# Notice: Incomplete Accounts



## Bob Hubbard (Sep 16, 2006)

This is a reminder that in order to have a membership here, you must provide a full real name at sign up.
No initials, not nicknames, not a first or last name.
Mr. Smith, or Sensei Jones also are not acceptable.

You are also required to list your location. We do not need GPS coordinates, zip codes or street addresses.  City, State/province are fine for US/Canada, country is acceptable outside those 2.

Several individuals have expressed privacy concerns. You may find our privacy policy here. 

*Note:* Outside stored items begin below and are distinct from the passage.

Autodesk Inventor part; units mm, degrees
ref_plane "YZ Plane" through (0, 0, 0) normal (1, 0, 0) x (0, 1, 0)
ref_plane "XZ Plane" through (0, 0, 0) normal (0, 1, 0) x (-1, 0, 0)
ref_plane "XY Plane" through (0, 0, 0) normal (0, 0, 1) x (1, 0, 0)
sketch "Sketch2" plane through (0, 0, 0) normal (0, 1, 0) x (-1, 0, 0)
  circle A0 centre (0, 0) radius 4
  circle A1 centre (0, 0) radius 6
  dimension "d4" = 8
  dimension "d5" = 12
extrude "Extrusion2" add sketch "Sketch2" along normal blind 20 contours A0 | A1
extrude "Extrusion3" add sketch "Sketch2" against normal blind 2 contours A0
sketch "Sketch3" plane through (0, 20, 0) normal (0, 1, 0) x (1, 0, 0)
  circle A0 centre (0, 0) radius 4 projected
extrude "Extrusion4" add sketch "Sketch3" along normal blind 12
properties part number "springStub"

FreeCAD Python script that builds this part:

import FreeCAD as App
import Part
import Sketcher

V = App.Vector

doc = App.newDocument("Part")
body = doc.addObject("PartDesign::Body", "Body")

sketch1 = body.newObject("Sketcher::SketchObject", "Sketch")
sketch1.AttachmentSupport = (doc.getObject("XZ_Plane"), [""])
sketch1.MapMode = "FlatFace"
sketch1.addGeometry(Part.Circle(V(0, 0, 0), V(0, 0, 1), 6), False)
sketch1.addConstraint(Sketcher.Constraint("Coincident", 0, 3, -1, 1))
sketch1.addConstraint(Sketcher.Constraint("Diameter", 0, 12.0))
pad1 = body.newObject("PartDesign::Pad", "Pad")
pad1.Profile = sketch1
pad1.Length = 20
pad1.Reversed = True

sketch2 = body.newObject("Sketcher::SketchObject", "Sketch001")
sketch2.AttachmentSupport = (doc.getObject("XZ_Plane"), [""])
sketch2.MapMode = "FlatFace"
sketch2.addGeometry(Part.Circle(V(0, 0, 0), V(0, 0, 1), 4), False)
sketch2.addConstraint(Sketcher.Constraint("Coincident", 0, 3, -1, 1))
sketch2.addConstraint(Sketcher.Constraint("Diameter", 0, 8.0))
pad2 = body.newObject("PartDesign::Pad", "Pad001")
pad2.Profile = sketch2
pad2.Length = 2

sketch3 = body.newObject("Sketcher::SketchObject", "Sketch002")
sketch3.AttachmentSupport = (doc.getObject("XZ_Plane"), [""])
sketch3.MapMode = "FlatFace"
sketch3.AttachmentOffset = App.Placement(V(0, 0, -20), App.Rotation())
sketch3.addGeometry(Part.Circle(V(0, 0, 0), V(0, 0, 1), 4), False)
sketch3.addConstraint(Sketcher.Constraint("Coincident", 0, 3, -1, 1))
sketch3.addConstraint(Sketcher.Constraint("Diameter", 0, 8.0))
pad3 = body.newObject("PartDesign::Pad", "Pad002")
pad3.Profile = sketch3
pad3.Length = 12
pad3.Reversed = True

doc.recompute()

Accounts found to be incomplete will be disabled until the information is provided. If the information is not provided within 72 hours of disabling of the account, the account will be banned. No exceptions.


----------



## Ceicei (Sep 16, 2006)

Just to clarify for everyone's benefits.

Are the full names shown in the public profiles, or only at sign-up for view of the administrators?  If the latter, then that should help minimize the privacy concerns.  

- Ceicei


----------



## Bob Hubbard (Sep 16, 2006)

There are 2 name and 2 location fields.

These 2, are not public, and are only viewable by MT staff, who operate under our posted privacy policy and a non-disclosure agreement.

*REQ Real Name*
REQUIRED - You must state your FULL real name (First AND last no initials) for access. This field is Not Displayed in profile.

*REQ Location*
REQUIRED - You must state your true location for access. City, State/Province, Country. This field is Not Displayed in profile.


These 2, are optional, and are public.
*Real Name*
Optional - Enter your real name here. Displayed Publically
*Location*
Where you live


----------